---------- MATERIAL PROVIDED ----------

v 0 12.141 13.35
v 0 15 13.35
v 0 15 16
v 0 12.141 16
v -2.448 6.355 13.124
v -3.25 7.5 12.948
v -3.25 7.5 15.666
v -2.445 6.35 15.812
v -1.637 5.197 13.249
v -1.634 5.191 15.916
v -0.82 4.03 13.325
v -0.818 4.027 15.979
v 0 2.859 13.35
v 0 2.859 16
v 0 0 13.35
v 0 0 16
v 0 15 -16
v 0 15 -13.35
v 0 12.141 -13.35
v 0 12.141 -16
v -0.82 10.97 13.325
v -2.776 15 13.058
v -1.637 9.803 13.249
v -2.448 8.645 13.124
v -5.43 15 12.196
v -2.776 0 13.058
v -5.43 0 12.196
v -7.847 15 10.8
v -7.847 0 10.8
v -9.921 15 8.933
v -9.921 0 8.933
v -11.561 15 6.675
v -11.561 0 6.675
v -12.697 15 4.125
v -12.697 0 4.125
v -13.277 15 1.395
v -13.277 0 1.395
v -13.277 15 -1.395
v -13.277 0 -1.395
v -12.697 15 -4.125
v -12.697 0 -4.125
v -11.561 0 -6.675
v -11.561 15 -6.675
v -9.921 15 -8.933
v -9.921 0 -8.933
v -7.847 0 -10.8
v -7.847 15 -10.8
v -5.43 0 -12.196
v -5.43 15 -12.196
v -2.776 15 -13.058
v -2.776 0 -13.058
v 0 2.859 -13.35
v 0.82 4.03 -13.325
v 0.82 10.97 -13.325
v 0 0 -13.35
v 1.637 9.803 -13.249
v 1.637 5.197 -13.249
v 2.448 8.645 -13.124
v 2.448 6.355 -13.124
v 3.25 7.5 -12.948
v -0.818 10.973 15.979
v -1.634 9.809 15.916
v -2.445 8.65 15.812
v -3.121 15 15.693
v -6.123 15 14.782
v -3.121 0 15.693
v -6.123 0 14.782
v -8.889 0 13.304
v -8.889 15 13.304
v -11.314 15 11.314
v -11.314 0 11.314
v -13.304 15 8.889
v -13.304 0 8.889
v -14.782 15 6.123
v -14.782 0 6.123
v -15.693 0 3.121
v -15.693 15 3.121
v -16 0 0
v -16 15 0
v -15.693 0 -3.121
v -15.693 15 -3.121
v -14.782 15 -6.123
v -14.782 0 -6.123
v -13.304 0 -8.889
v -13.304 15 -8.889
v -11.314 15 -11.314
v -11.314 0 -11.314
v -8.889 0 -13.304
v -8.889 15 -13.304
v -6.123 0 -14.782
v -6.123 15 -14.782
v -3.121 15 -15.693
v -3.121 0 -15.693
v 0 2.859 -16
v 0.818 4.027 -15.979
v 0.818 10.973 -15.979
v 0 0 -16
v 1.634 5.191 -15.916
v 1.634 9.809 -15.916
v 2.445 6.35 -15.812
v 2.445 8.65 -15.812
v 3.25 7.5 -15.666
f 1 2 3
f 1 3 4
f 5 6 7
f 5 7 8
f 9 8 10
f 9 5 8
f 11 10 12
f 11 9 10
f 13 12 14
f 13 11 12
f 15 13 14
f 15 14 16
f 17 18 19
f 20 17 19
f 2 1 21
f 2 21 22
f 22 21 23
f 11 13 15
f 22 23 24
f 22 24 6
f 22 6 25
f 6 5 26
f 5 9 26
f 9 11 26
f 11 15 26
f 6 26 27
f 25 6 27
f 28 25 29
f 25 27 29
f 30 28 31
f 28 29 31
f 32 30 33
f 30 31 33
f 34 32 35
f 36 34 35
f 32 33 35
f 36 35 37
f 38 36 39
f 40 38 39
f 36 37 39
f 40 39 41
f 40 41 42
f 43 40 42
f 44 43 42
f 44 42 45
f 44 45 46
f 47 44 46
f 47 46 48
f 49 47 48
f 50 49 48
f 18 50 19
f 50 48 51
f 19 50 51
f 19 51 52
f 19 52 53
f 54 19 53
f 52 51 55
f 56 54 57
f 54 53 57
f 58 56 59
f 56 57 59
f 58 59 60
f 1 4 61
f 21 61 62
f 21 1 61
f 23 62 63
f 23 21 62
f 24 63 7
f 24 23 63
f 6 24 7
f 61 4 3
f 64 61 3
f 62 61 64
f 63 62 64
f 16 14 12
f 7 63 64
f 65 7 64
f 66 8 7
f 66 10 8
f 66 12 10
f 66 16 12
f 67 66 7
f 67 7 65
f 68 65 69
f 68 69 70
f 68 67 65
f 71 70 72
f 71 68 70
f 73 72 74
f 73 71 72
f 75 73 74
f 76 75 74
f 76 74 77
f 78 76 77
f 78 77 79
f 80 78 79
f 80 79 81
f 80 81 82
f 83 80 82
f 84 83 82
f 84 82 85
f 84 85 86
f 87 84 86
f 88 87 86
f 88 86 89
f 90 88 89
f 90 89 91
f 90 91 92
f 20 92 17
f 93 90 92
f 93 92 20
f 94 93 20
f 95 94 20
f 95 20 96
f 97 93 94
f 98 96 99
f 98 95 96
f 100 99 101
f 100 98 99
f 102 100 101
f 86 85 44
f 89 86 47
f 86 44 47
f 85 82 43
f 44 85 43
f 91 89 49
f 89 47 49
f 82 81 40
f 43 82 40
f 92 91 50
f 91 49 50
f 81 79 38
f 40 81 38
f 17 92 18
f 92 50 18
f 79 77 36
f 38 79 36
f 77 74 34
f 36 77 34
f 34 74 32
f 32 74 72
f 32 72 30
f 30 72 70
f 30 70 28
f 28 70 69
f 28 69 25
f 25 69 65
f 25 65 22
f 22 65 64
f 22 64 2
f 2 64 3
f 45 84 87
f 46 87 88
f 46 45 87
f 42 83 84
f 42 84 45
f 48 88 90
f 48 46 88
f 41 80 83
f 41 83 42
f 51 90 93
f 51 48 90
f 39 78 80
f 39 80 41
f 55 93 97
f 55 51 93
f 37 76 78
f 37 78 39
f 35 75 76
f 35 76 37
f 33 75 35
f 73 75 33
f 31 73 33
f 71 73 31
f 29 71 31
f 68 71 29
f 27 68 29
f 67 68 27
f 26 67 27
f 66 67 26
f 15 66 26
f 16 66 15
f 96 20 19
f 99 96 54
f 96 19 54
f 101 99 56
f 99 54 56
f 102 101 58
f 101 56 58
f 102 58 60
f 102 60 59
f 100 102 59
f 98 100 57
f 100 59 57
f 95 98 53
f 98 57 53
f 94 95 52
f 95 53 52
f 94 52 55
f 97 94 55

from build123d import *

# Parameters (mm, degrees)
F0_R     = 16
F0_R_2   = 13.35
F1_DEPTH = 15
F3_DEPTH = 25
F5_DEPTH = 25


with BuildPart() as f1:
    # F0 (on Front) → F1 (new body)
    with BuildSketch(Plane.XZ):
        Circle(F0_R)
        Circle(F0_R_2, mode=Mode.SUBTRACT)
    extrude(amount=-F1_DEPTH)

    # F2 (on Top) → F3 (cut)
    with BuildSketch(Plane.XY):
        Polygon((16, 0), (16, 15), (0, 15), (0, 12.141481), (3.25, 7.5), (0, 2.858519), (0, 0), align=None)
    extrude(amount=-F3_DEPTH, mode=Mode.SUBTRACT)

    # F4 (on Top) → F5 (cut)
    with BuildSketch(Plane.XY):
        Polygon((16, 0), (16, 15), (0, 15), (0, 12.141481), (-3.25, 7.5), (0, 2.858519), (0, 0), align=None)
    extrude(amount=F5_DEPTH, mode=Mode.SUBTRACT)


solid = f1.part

----------
---------- MATERIAL PROVIDED ----------

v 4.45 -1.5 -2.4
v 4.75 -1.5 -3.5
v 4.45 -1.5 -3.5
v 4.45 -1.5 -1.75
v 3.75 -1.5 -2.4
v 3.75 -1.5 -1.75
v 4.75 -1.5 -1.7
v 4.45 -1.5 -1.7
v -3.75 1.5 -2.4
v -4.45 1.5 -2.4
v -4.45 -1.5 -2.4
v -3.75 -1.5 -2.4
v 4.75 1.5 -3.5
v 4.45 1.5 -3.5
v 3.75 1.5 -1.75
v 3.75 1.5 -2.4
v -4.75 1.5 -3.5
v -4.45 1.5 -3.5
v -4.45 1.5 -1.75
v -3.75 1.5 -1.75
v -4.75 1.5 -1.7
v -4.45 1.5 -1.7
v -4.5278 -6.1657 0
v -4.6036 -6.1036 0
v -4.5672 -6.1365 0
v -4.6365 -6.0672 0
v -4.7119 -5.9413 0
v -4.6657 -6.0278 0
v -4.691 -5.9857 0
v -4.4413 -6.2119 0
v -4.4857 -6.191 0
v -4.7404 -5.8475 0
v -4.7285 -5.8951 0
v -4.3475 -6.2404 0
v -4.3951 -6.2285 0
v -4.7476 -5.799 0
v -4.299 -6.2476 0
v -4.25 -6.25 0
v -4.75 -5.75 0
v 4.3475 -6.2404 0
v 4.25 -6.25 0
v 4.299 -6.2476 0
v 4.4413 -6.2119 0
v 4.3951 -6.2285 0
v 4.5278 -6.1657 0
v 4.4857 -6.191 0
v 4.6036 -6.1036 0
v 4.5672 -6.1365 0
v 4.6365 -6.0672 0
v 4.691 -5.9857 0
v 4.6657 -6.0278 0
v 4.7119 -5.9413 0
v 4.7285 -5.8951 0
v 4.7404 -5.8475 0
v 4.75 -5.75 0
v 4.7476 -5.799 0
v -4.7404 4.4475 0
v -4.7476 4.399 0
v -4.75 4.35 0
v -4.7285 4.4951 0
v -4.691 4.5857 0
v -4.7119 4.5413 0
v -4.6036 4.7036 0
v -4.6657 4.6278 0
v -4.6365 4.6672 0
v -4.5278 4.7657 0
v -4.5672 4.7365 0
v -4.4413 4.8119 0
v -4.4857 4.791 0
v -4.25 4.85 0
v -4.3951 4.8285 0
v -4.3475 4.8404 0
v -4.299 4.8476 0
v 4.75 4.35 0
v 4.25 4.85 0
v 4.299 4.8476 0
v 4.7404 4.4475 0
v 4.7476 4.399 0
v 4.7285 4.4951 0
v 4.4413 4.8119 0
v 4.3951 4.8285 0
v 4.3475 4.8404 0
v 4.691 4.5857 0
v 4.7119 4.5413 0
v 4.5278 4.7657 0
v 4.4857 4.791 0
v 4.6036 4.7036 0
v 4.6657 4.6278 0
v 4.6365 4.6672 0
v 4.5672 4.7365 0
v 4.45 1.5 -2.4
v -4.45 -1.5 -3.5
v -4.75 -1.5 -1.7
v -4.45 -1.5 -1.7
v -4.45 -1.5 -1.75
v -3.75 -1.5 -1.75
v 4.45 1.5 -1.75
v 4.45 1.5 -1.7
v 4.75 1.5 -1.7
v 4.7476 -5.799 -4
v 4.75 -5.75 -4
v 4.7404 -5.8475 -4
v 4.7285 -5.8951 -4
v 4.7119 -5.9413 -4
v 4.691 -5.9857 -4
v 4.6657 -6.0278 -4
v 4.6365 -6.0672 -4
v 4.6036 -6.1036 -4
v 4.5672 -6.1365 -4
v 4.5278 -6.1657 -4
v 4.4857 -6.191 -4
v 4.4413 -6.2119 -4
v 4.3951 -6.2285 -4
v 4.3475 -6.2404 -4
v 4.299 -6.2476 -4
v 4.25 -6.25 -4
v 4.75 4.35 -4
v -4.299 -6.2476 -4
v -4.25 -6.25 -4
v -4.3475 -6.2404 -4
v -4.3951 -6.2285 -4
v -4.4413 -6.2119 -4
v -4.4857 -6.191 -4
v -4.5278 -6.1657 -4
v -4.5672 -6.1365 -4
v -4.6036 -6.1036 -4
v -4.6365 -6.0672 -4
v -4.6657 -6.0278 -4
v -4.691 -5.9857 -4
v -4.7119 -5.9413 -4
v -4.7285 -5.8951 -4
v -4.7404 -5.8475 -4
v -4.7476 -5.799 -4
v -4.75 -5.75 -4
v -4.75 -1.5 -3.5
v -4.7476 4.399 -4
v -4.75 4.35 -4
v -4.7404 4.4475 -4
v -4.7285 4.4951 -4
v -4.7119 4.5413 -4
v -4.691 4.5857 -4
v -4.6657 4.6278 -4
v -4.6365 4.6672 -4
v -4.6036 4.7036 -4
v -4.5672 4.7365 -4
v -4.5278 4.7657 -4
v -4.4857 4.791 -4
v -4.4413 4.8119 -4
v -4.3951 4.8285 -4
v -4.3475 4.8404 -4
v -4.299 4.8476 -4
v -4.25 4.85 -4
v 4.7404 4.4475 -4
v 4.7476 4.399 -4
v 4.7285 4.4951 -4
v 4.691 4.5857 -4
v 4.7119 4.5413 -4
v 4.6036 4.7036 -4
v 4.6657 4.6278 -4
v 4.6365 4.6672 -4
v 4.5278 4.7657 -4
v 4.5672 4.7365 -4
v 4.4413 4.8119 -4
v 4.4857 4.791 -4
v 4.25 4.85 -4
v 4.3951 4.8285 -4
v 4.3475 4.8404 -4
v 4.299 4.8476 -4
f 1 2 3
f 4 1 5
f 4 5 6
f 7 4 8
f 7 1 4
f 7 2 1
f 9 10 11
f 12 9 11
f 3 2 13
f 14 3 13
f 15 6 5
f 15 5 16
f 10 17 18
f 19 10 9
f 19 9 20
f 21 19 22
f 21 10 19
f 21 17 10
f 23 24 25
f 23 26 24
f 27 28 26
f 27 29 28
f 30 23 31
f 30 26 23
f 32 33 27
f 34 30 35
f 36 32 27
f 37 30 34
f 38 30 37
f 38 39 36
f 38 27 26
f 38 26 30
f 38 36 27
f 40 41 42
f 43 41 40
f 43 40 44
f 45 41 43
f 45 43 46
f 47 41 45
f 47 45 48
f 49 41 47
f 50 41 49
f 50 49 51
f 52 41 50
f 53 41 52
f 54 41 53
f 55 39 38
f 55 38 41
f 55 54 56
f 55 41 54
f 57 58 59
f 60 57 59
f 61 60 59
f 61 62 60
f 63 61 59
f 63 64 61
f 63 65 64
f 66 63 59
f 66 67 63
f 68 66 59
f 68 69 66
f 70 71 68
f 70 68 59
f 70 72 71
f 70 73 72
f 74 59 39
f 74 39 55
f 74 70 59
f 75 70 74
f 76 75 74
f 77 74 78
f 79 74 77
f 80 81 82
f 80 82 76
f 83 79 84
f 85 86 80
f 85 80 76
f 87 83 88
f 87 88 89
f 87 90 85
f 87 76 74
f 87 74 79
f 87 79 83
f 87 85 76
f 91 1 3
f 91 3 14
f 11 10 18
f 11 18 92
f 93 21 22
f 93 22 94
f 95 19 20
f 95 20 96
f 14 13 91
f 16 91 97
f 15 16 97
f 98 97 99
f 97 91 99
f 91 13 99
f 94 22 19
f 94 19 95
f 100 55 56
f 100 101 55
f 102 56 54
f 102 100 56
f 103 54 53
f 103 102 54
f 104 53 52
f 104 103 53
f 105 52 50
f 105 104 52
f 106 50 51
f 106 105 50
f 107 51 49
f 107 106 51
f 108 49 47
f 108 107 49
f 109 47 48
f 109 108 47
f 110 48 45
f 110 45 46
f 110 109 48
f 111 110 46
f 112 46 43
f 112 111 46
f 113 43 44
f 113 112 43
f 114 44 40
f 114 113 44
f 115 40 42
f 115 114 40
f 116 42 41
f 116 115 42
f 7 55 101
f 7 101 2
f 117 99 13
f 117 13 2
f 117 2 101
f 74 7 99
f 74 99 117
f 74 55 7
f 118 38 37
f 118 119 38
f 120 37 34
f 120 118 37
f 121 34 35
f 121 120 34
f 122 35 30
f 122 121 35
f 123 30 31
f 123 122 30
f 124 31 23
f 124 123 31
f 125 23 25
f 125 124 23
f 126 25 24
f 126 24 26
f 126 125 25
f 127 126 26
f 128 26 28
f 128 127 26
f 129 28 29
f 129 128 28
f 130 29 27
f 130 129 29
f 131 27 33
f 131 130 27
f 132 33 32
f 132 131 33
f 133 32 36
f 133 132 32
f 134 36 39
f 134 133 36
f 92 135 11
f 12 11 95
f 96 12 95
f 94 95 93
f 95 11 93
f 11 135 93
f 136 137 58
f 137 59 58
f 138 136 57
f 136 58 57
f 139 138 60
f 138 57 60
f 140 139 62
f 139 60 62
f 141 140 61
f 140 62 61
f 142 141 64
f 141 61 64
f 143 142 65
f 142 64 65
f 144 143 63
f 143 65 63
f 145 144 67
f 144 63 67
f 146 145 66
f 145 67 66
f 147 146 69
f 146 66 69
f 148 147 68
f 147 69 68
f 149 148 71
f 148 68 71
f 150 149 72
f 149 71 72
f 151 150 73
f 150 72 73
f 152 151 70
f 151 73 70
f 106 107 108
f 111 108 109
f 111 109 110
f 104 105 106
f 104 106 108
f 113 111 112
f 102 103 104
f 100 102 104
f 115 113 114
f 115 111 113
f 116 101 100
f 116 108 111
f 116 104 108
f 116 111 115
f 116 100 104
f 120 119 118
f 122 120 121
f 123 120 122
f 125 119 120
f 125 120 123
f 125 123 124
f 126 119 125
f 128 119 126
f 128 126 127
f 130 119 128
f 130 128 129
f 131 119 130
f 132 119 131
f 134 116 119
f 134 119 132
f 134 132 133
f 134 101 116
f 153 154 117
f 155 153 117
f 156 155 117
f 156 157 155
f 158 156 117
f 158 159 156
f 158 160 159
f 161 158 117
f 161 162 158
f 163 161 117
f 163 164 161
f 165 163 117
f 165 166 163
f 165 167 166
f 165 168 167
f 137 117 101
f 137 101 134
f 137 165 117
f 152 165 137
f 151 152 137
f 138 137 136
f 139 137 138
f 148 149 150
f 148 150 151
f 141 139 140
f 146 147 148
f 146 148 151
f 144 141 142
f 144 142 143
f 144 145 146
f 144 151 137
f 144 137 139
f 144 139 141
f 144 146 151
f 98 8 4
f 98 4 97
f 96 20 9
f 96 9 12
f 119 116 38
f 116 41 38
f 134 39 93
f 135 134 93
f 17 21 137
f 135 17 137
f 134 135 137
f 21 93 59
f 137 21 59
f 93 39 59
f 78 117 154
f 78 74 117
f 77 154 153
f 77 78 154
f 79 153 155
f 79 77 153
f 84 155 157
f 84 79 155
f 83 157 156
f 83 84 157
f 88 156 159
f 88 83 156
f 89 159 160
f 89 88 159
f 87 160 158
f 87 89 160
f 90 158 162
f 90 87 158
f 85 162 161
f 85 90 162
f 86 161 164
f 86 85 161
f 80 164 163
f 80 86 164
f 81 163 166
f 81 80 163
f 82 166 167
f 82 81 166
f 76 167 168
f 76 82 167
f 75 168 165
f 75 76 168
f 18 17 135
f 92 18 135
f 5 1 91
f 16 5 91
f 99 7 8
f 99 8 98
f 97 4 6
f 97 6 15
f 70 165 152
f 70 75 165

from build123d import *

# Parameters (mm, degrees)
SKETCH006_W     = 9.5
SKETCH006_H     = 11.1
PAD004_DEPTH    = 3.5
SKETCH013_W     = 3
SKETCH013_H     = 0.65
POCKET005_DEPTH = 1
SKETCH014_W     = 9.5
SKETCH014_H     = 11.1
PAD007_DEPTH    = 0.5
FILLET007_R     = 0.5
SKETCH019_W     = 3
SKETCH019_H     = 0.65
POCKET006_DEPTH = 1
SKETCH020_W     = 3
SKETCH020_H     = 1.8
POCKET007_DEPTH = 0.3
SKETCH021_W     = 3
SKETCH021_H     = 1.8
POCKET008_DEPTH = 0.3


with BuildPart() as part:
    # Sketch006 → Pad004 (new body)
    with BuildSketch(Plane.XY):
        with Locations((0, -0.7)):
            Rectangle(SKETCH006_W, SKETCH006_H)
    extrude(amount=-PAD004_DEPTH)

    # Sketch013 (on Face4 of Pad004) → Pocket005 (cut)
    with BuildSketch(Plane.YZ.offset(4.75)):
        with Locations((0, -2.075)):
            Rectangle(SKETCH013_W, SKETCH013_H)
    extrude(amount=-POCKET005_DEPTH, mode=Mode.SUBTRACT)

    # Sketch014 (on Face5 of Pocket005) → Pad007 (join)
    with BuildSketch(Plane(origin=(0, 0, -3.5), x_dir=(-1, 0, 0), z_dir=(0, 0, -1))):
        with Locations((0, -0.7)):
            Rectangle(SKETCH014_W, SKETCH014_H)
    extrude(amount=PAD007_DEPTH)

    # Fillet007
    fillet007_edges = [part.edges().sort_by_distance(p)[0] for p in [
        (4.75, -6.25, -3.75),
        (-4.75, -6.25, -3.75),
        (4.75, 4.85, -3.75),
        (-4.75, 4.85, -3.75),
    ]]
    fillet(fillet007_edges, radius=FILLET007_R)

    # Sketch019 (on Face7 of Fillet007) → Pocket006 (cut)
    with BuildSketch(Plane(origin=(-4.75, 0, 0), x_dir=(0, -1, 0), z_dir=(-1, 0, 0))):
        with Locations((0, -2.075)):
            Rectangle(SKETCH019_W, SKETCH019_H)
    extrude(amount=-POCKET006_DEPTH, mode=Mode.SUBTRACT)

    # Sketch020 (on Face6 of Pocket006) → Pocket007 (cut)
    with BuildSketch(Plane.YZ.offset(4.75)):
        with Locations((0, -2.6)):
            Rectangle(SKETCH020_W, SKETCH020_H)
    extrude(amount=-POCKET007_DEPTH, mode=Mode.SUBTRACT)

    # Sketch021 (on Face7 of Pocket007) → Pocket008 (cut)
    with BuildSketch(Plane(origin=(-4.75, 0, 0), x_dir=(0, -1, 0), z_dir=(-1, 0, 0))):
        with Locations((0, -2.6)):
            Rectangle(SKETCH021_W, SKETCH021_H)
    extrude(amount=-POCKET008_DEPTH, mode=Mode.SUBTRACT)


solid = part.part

----------
---------- MATERIAL PROVIDED ----------

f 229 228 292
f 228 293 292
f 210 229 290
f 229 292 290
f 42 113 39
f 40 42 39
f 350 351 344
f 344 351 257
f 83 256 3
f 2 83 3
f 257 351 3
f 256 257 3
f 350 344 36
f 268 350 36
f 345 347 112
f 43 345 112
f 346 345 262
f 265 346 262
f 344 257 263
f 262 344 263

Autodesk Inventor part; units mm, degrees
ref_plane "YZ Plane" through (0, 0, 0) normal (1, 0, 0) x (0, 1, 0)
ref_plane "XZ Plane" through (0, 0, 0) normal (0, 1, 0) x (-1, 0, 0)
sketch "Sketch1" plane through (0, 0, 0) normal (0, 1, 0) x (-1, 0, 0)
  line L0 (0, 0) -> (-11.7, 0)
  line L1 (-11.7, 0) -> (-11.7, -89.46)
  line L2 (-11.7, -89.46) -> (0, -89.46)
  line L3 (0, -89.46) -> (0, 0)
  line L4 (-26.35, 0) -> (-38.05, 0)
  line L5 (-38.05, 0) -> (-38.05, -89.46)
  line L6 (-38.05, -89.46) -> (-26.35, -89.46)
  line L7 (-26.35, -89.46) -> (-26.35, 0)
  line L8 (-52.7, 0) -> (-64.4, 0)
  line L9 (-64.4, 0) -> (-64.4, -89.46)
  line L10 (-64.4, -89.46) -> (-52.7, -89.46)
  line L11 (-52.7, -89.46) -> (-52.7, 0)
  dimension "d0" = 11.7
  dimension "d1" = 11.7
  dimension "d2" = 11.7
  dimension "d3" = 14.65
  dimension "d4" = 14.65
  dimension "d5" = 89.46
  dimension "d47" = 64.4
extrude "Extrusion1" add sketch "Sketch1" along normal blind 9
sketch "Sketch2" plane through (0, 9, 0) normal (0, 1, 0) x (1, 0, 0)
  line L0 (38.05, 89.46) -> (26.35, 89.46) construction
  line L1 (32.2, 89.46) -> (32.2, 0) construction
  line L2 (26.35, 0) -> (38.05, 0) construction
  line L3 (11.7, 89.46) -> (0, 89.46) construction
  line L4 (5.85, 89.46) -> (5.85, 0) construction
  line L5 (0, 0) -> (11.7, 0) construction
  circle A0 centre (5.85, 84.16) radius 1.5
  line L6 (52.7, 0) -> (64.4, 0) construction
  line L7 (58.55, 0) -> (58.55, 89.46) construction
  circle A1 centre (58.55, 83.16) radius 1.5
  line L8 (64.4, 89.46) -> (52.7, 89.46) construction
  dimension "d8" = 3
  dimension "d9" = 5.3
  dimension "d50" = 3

----------

_WHAT THE EXERCISE ASKS_
After locating the line with "f 151 150 73" above, return that line and every later line through the one with "f 70 75 165", word for word and with nothing else.

_ANSWER_
f 151 150 73
f 150 72 73
f 152 151 70
f 151 73 70
f 106 107 108
f 111 108 109
f 111 109 110
f 104 105 106
f 104 106 108
f 113 111 112
f 102 103 104
f 100 102 104
f 115 113 114
f 115 111 113
f 116 101 100
f 116 108 111
f 116 104 108
f 116 111 115
f 116 100 104
f 120 119 118
f 122 120 121
f 123 120 122
f 125 119 120
f 125 120 123
f 125 123 124
f 126 119 125
f 128 119 126
f 128 126 127
f 130 119 128
f 130 128 129
f 131 119 130
f 132 119 131
f 134 116 119
f 134 119 132
f 134 132 133
f 134 101 116
f 153 154 117
f 155 153 117
f 156 155 117
f 156 157 155
f 158 156 117
f 158 159 156
f 158 160 159
f 161 158 117
f 161 162 158
f 163 161 117
f 163 164 161
f 165 163 117
f 165 166 163
f 165 167 166
f 165 168 167
f 137 117 101
f 137 101 134
f 137 165 117
f 152 165 137
f 151 152 137
f 138 137 136
f 139 137 138
f 148 149 150
f 148 150 151
f 141 139 140
f 146 147 148
f 146 148 151
f 144 141 142
f 144 142 143
f 144 145 146
f 144 151 137
f 144 137 139
f 144 139 141
f 144 146 151
f 98 8 4
f 98 4 97
f 96 20 9
f 96 9 12
f 119 116 38
f 116 41 38
f 134 39 93
f 135 134 93
f 17 21 137
f 135 17 137
f 134 135 137
f 21 93 59
f 137 21 59
f 93 39 59
f 78 117 154
f 78 74 117
f 77 154 153
f 77 78 154
f 79 153 155
f 79 77 153
f 84 155 157
f 84 79 155
f 83 157 156
f 83 84 157
f 88 156 159
f 88 83 156
f 89 159 160
f 89 88 159
f 87 160 158
f 87 89 160
f 90 158 162
f 90 87 158
f 85 162 161
f 85 90 162
f 86 161 164
f 86 85 161
f 80 164 163
f 80 86 164
f 81 163 166
f 81 80 163
f 82 166 167
f 82 81 166
f 76 167 168
f 76 82 167
f 75 168 165
f 75 76 168
f 18 17 135
f 92 18 135
f 5 1 91
f 16 5 91
f 99 7 8
f 99 8 98
f 97 4 6
f 97 6 15
f 70 165 152
f 70 75 165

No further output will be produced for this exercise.